Random Chip Errors Can Improve Performance

Mistakes in silicon chips could help computers continue to get more powerful, according to US researchers

What’s so great about perfection? Doesn’t making a little mistake every now and then make us all a bit more human, more tolerable?

Maybe so, but until recently, mistakes were not something that chipmakers would tolerate. Now, an article by Mark Ward at BBC News, “Mistakes in silicon chips to help boost computer power,” says researchers believe it could be a good thing for manufacturers to produce chips that are allowed to make a few errors.

This heretical thinking came about because “as components shrink, chip makers struggle to get more performance out of them while meeting power needs. Research suggests [that] relaxing the rules governing how they work and when they work correctly could mean they use less power but get a performance boost,” although special software would be needed to cope with such error-laden chips.

Smaller chips less reliable

One researcher, Professor Asen Asenov from the Department of Electronics and Electrical Engineering at the University of Glasgow, notes that unreliability “increases as components shrink. Professor Asenov has been using large-scale simulations on grid computers to study how the behaviour of transistors changes as they get smaller.”

Another researcher, Professor Rakesh Kumar at University of Illinois, says that the tiny components in chips are already starting to give rise to errors, so instead of trying to eliminate this, it should be embraced to produce so-called “stochastic processors” that are subject to random errors. “The hardware is already stochastic, so why continue pretending it’s flawless? Why put in more and more money to make it look flawless?”

The article points out that it all depends on how many errors designers are prepared to tolerate. A one percent error rate, for example, can cut power by 23 percent. But there’s good news and bad news: The good is that, in most cases, the errors will have little impact on the performance of the computer into which the chips are built; the bad news is that, “in other cases, they could cause a system to crash.”

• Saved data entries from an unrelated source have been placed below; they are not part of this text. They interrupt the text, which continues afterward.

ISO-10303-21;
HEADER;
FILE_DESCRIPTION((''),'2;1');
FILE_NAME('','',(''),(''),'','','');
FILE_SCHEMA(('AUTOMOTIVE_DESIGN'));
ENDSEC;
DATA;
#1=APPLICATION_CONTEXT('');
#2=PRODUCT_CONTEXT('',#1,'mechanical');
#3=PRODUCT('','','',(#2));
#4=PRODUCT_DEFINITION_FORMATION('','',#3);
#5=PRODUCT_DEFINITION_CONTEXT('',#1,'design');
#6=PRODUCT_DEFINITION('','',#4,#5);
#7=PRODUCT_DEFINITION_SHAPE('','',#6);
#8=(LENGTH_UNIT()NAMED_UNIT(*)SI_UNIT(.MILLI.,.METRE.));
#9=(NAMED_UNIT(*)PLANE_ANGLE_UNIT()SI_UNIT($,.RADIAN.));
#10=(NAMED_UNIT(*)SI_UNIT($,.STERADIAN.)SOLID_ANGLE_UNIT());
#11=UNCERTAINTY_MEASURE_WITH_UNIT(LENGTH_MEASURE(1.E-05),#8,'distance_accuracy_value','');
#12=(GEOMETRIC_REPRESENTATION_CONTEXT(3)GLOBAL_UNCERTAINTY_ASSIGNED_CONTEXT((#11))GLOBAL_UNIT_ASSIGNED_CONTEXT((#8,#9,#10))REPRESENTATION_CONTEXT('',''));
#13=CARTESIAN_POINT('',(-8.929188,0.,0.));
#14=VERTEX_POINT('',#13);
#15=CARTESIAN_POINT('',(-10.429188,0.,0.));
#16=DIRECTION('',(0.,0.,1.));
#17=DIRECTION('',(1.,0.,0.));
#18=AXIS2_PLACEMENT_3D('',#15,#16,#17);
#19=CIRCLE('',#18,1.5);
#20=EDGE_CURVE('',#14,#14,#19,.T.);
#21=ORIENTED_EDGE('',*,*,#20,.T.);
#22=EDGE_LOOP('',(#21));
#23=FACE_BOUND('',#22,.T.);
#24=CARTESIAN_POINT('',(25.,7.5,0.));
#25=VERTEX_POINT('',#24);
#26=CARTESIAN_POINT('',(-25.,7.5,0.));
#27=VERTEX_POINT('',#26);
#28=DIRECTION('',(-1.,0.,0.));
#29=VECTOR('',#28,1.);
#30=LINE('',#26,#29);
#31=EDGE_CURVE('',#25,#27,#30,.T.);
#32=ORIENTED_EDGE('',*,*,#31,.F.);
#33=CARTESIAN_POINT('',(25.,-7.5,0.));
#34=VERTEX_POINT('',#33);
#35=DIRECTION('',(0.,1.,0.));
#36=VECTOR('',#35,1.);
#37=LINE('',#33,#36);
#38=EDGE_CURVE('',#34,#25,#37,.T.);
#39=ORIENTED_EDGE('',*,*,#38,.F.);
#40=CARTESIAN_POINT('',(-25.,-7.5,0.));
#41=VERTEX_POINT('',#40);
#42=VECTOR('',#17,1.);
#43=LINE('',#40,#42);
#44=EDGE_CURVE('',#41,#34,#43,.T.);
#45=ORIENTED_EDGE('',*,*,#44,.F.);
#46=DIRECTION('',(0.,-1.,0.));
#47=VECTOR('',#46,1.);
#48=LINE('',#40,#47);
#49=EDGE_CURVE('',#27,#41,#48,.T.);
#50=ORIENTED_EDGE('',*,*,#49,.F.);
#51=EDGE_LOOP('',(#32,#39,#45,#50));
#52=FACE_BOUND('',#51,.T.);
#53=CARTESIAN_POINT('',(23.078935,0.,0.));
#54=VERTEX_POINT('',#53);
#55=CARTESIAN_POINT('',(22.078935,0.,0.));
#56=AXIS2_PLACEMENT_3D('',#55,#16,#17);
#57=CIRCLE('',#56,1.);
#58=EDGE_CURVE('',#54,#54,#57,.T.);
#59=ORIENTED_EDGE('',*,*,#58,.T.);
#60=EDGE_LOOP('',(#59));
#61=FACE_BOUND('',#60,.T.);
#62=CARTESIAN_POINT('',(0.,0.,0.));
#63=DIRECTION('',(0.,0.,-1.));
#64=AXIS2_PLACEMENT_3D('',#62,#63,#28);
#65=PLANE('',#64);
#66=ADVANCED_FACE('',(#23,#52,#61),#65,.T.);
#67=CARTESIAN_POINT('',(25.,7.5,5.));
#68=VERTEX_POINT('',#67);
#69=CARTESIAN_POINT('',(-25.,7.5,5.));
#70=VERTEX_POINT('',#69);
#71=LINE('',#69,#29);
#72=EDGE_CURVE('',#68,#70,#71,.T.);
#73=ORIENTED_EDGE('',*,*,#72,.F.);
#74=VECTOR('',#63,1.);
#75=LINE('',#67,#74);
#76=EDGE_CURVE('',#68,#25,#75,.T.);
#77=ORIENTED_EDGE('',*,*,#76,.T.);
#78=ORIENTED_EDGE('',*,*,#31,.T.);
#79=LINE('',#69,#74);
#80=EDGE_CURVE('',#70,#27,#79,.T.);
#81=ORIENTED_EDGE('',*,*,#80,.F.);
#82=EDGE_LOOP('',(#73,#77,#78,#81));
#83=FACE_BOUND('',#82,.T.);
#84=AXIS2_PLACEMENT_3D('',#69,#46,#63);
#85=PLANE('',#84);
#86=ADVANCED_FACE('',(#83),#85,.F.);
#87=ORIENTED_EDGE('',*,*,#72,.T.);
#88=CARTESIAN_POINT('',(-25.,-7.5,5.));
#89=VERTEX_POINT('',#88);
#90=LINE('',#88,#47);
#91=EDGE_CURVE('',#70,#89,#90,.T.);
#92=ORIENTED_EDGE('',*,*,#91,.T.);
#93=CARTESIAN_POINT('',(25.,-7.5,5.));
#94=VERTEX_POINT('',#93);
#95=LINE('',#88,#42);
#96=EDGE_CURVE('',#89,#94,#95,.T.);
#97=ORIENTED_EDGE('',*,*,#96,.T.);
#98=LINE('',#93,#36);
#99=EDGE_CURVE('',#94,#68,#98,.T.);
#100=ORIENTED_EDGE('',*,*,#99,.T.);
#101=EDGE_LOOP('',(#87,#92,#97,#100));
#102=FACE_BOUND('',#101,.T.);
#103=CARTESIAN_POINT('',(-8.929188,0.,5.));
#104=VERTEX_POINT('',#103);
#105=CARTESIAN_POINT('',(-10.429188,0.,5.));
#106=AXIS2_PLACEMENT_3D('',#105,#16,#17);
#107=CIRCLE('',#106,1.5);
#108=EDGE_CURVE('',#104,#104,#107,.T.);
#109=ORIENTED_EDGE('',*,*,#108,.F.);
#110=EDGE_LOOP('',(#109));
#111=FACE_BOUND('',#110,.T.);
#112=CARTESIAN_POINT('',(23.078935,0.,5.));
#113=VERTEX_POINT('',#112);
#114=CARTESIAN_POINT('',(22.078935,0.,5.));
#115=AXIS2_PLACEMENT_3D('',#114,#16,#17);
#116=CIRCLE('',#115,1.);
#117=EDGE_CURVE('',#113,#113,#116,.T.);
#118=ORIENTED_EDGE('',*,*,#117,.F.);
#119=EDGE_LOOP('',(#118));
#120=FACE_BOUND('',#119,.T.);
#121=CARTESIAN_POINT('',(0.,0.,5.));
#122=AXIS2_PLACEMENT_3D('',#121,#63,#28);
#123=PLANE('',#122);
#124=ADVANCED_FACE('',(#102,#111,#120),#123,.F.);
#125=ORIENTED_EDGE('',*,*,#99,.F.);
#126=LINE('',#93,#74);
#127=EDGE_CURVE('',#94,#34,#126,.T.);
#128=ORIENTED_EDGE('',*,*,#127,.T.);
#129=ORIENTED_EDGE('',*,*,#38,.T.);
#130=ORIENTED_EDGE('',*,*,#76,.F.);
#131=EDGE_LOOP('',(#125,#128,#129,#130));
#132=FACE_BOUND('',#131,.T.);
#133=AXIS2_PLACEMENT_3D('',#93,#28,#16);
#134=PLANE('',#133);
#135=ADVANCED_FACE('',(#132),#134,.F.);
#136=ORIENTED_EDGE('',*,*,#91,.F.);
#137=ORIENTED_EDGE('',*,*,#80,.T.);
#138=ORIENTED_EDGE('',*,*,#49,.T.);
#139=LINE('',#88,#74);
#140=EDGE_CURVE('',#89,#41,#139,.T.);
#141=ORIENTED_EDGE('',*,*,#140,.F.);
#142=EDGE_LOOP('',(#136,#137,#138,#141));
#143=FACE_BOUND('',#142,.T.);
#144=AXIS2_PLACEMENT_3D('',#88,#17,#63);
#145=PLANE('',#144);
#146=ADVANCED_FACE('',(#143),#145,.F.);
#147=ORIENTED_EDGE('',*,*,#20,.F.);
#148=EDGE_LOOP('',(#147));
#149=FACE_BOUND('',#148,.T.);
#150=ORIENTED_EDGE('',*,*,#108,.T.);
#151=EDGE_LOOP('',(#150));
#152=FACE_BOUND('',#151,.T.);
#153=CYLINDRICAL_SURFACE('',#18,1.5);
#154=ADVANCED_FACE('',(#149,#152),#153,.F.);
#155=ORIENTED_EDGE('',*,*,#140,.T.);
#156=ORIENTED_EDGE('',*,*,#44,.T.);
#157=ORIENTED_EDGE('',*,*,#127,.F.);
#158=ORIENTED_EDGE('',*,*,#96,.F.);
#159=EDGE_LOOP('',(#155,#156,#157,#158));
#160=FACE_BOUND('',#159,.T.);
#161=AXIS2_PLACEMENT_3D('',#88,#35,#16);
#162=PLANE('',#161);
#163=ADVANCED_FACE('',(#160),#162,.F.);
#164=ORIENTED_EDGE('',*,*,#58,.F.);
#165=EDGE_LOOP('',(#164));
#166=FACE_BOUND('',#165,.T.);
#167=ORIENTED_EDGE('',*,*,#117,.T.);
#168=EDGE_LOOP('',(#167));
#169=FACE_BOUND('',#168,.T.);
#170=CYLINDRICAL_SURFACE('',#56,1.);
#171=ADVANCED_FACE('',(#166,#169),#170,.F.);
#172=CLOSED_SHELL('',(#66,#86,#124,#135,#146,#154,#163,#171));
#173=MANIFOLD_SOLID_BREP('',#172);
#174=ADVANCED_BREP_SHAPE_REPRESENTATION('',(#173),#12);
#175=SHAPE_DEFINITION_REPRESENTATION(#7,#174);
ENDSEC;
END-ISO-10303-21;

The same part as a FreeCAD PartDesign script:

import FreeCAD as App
import Part
import Sketcher
from FreeCAD import Vector
Q = App.Units.Quantity


def add_polygon(sketch, points):
    """Adds a closed chain of lines whose ends are joined by coincident constraints."""
    first, n = sketch.GeometryCount, len(points)
    for a, b in zip(points, points[1:] + points[:1]):
        sketch.addGeometry(Part.LineSegment(App.Vector(*a, 0), App.Vector(*b, 0)), False)
    for i in range(n):
        sketch.addConstraint(Sketcher.Constraint("Coincident", first + i, 2, first + (i + 1) % n, 1))

doc = App.newDocument("Part")
body = doc.addObject("PartDesign::Body", "Body")

sketch1 = body.newObject("Sketcher::SketchObject", "Sketch")
sketch1.AttachmentSupport = (doc.getObject("XY_Plane"), [""])
sketch1.MapMode = "FlatFace"
add_polygon(sketch1, [(-25, 8), (-25, -8), (25, -8), (25, 8)])
sketch1.addConstraint(Sketcher.Constraint("Vertical", 0))
sketch1.addConstraint(Sketcher.Constraint("Horizontal", 1))
sketch1.addConstraint(Sketcher.Constraint("Vertical", 2))
sketch1.addConstraint(Sketcher.Constraint("Horizontal", 3))
sketch1.addConstraint(Sketcher.Constraint("Symmetric", 0, 2, 2, 2, -1, 1))
sketch1.addConstraint(Sketcher.Constraint("DistanceX", 1, 1, 1, 2, Q("50 mm")))
sketch1.addConstraint(Sketcher.Constraint("DistanceY", 0, 2, 0, 1, Q("15 mm")))
pad1 = body.newObject("PartDesign::Pad", "Pad")
pad1.Profile = sketch1
pad1.Length = 5

sketch2 = body.newObject("Sketcher::SketchObject", "Sketch001")
sketch2.AttachmentSupport = (doc.getObject("XY_Plane"), [""])
sketch2.MapMode = "FlatFace"
sketch2.AttachmentOffset = App.Placement(Vector(0, 0, 5), App.Rotation())
sketch2.addGeometry(Part.Circle(Vector(-10.4, 0, 0), Vector(0, 0, 1), 1.5), False)
sketch2.addConstraint(Sketcher.Constraint("PointOnObject", 0, 3, -1))
sketch2.addConstraint(Sketcher.Constraint("Diameter", 0, Q("3 mm")))
sketch2.addConstraint(Sketcher.Constraint("DistanceX", 0, 3, -1, 1, Q("10.429188 mm")))
pocket1 = body.newObject("PartDesign::Pocket", "Pocket")
pocket1.Profile = sketch2
pocket1.Type = "ThroughAll"

sketch3 = body.newObject("Sketcher::SketchObject", "Sketch002")
sketch3.AttachmentSupport = (doc.getObject("XY_Plane"), [""])
sketch3.MapMode = "FlatFace"
sketch3.AttachmentOffset = App.Placement(Vector(0, 0, 5), App.Rotation())
sketch3.addGeometry(Part.Circle(Vector(22.1, 0, 0), Vector(0, 0, 1), 1), False)
sketch3.addConstraint(Sketcher.Constraint("PointOnObject", 0, 3, -1))
sketch3.addConstraint(Sketcher.Constraint("Diameter", 0, Q("2 mm")))
sketch3.addConstraint(Sketcher.Constraint("DistanceX", -1, 1, 0, 3, Q("22.078935 mm")))
pocket2 = body.newObject("PartDesign::Pocket", "Pocket001")
pocket2.Profile = sketch3
pocket2.Type = "ThroughAll"

doc.recompute()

Professor Kumar and others are looking into ways to make applications more tolerant of mistakes. This “robustification” of software, as he calls it, “involves re-writing it so an error simply causes the execution of instructions to take longer.” Kumar thinks this is something that programmers and designers should be doing now anyway: “The work on applications and programs may be more immediately useful [since] it can be applied to existing applications. This should make them cope with bugs that are showing up now and prepare them for use with future processors.”